The steps can train and land the prediction model, and when the predicted error rate reaches an acceptable range (the predicted error rate is smaller than the error rate threshold), the model is applied to the current network data, and prediction analysis is carried out on the incomplete customer orders of the current network in real time.
Specifically, the test data set and the order rejection result of the test data set may be set in the above steps, the test data set is input to the prediction model, a prediction result is obtained, and if the number of inconsistency between the prediction result and the order rejection result of the test data set is less than the set number, the prediction error rate of the prediction model may be considered to be less than the error rate threshold.

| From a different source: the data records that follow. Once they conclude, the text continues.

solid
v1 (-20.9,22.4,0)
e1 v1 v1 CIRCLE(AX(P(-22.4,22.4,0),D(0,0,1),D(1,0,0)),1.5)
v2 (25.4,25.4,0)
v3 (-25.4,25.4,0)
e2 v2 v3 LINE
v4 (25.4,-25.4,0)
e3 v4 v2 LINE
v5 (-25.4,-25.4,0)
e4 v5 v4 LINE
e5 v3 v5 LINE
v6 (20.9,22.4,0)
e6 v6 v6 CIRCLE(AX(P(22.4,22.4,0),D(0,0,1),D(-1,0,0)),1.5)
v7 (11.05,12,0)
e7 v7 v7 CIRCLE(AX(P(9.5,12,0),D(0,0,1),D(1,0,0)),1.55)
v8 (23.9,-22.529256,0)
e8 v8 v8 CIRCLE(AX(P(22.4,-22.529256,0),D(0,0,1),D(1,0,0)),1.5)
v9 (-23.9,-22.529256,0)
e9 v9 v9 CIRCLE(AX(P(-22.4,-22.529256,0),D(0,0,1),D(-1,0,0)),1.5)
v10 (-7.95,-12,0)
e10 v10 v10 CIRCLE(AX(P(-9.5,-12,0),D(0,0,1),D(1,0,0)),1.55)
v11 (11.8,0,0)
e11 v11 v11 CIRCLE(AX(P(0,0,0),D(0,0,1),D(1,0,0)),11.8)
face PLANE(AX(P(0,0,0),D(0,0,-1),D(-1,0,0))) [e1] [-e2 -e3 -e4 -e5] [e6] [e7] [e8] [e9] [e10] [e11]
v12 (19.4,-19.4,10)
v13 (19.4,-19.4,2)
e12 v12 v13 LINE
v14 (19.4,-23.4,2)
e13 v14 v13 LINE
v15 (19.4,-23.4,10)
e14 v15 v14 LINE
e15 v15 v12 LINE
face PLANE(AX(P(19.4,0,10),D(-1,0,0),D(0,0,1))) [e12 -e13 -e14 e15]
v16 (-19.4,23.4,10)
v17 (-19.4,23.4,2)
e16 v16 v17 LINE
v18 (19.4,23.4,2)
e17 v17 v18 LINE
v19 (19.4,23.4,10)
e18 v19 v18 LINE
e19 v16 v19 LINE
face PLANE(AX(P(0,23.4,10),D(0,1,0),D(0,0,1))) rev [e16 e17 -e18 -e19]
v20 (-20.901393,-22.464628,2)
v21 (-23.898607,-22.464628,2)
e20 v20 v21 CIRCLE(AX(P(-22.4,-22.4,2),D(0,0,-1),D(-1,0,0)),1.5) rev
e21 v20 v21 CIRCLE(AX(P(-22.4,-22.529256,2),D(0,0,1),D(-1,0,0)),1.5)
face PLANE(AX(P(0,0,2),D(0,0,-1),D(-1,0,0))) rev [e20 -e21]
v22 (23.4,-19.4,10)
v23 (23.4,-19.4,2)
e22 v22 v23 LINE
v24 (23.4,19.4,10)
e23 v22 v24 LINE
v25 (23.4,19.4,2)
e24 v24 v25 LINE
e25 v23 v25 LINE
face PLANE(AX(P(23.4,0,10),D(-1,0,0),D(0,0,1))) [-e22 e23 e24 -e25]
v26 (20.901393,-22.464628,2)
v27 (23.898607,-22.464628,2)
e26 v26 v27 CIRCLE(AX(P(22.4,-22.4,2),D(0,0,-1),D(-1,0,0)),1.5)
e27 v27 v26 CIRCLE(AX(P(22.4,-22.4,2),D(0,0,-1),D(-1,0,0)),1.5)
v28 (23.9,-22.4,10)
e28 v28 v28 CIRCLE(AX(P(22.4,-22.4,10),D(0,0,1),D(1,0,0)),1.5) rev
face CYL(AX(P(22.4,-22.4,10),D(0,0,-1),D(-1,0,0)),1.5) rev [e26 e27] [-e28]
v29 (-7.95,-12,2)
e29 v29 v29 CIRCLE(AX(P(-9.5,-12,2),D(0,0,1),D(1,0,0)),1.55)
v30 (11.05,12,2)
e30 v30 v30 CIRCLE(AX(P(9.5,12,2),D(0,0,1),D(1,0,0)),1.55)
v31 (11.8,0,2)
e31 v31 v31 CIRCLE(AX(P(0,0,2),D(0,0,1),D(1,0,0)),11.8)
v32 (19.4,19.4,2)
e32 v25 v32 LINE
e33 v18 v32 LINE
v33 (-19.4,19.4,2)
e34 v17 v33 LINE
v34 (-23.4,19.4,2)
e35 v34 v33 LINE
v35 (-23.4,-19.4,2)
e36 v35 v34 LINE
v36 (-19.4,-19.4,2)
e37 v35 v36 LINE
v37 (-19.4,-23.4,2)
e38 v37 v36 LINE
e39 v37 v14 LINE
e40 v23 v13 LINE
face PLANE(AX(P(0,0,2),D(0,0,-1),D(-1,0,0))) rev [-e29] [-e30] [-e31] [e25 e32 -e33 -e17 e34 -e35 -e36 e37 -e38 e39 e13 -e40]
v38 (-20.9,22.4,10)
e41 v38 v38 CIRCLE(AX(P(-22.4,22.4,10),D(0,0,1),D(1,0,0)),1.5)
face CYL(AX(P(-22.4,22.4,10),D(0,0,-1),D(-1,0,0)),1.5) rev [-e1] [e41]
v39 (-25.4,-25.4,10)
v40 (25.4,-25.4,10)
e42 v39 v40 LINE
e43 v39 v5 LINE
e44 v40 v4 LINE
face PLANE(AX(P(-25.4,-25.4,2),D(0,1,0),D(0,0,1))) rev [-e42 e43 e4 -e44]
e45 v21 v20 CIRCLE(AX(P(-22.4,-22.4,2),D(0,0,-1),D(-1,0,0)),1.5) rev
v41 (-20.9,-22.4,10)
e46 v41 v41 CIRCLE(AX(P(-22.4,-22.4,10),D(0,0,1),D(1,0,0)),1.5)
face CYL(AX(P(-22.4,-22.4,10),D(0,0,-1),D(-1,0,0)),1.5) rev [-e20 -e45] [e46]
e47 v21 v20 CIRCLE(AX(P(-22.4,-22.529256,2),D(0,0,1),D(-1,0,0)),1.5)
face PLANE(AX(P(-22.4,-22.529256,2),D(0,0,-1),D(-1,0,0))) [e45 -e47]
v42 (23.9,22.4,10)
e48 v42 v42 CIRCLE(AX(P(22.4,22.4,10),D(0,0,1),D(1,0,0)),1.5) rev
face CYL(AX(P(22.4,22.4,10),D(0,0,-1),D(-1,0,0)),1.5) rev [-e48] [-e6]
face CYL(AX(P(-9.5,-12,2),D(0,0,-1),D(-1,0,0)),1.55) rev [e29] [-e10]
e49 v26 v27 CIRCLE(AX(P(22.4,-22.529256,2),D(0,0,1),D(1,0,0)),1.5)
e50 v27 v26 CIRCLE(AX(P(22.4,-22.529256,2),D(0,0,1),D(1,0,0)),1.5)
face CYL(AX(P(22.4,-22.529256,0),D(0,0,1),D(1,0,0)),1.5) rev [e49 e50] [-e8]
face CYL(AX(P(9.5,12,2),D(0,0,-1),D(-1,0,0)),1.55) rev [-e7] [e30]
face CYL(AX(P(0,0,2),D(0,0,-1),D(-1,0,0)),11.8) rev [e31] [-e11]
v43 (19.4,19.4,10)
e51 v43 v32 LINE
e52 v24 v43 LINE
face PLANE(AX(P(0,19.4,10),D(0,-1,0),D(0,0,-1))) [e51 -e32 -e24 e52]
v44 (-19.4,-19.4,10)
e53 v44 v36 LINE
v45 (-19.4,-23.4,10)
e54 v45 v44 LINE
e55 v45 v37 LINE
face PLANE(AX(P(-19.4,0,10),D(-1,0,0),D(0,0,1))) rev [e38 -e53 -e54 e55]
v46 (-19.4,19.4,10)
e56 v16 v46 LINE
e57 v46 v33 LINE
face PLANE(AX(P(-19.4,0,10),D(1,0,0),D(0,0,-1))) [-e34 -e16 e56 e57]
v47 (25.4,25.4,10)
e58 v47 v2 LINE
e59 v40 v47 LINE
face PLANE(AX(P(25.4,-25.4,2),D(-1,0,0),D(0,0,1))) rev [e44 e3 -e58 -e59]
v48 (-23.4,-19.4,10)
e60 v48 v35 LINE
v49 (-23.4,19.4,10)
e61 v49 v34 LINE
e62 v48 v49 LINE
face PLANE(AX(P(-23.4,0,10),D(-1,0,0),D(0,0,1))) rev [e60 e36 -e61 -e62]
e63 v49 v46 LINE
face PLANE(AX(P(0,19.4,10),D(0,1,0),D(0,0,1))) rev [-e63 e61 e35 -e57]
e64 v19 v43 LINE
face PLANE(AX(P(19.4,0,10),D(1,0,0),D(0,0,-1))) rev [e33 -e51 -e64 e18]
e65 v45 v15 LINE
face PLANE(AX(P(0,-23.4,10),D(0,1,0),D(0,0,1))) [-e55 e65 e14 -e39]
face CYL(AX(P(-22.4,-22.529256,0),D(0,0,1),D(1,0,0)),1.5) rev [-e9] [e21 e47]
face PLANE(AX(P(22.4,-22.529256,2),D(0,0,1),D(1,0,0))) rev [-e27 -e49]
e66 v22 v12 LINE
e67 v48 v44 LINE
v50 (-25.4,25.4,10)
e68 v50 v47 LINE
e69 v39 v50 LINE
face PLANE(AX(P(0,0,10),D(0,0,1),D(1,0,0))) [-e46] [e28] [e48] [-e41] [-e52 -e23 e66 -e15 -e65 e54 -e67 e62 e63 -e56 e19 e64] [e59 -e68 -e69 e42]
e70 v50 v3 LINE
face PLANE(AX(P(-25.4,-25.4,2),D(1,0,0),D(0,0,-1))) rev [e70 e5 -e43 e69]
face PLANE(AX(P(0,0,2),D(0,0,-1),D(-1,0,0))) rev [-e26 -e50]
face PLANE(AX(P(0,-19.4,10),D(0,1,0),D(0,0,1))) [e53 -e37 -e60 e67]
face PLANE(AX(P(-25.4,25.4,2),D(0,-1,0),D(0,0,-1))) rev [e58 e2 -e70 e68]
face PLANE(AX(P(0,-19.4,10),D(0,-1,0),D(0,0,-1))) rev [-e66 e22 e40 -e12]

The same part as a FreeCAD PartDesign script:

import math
import FreeCAD as App
import Part
import Sketcher

V = App.Vector


def add_polygon(sketch, points):
    """Adds a closed chain of lines whose ends are joined by coincident constraints."""
    first, n = sketch.GeometryCount, len(points)
    for a, b in zip(points, points[1:] + points[:1]):
        sketch.addGeometry(Part.LineSegment(App.Vector(*a, 0), App.Vector(*b, 0)), False)
    for i in range(n):
        sketch.addConstraint(Sketcher.Constraint("Coincident", first + i, 2, first + (i + 1) % n, 1))

doc = App.newDocument("Part")
body = doc.addObject("PartDesign::Body", "Body")

# Sketch on XY plane
sketch1 = body.newObject("Sketcher::SketchObject", "Sketch")
sketch1.AttachmentSupport = (doc.getObject("XY_Plane"), [""])
sketch1.MapMode = "FlatFace"
add_polygon(sketch1, [(-25.4, 25.4), (-25.4, -25.4), (25.4, -25.4), (25.4, 25.4)])  # lines 0-3
sketch1.addGeometry(Part.Circle(V(-9.5, -12, 0), V(0, 0, 1), 1.6), False)  # 4
sketch1.addGeometry(Part.Circle(V(0, 0, 0), V(0, 0, 1), 11.8), False)  # 5
sketch1.addGeometry(Part.Circle(V(9.5, 12, 0), V(0, 0, 1), 1.6), False)  # 6
sketch1.addConstraint([
    Sketcher.Constraint("Vertical", 0),
    Sketcher.Constraint("Horizontal", 1),
    Sketcher.Constraint("Vertical", 2),
    Sketcher.Constraint("Horizontal", 3),
    Sketcher.Constraint("Coincident", 5, 3, -1, 1),
    Sketcher.Constraint("Equal", 4, 6),
    Sketcher.Constraint("Symmetric", 4, 3, 6, 3, -1, 1),
    Sketcher.Constraint("Symmetric", 0, 2, 2, 2, -1, 1),
    Sketcher.Constraint("Equal", 3, 0),
    Sketcher.Constraint("Diameter", 4, 3.1),
    Sketcher.Constraint("Diameter", 5, 23.6),
    Sketcher.Constraint("DistanceX", 1, 1, 1, 2, 50.8),
    Sketcher.Constraint("DistanceY", 4, 3, -1, 1, 12.0),
    Sketcher.Constraint("DistanceX", 4, 3, 6, 3, 19.0),
])
pad1 = body.newObject("PartDesign::Pad", "Pad")
pad1.Profile = sketch1
pad1.Length = 2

The order data processing method based on the customer order-returning early warning comprises the steps of identifying various characteristic attributes in a training data set D by calculating the information experience entropy of the training data set D, calculating the condition entropy of various characteristic attributes, calculating the information gain values of various characteristic attributes according to the information experience entropy and the condition entropy of various characteristic attributes, determining one class of characteristic attributes of the information gain values as root nodes of a decision tree to form a tree structure, recording the forming sequence of the tree structure, removing one class of characteristic attributes of the current information gain values in the training data set D to form a new training data set D, returning to the process of calculating the information experience entropy of the training data set D to sequentially obtain a plurality of tree structures until the information gain values corresponding to the obtained tree structures are smaller than a gain threshold value, and combining the tree structures into the decision tree according to the forming sequence of the tree structures, and obtaining a prediction model, and when the prediction error rate of the prediction model is smaller than the error rate threshold value, detecting the order return risk of the order information to be detected by adopting the prediction model, so that the detection process of the order return risk can be simplified, and the detection efficiency is improved.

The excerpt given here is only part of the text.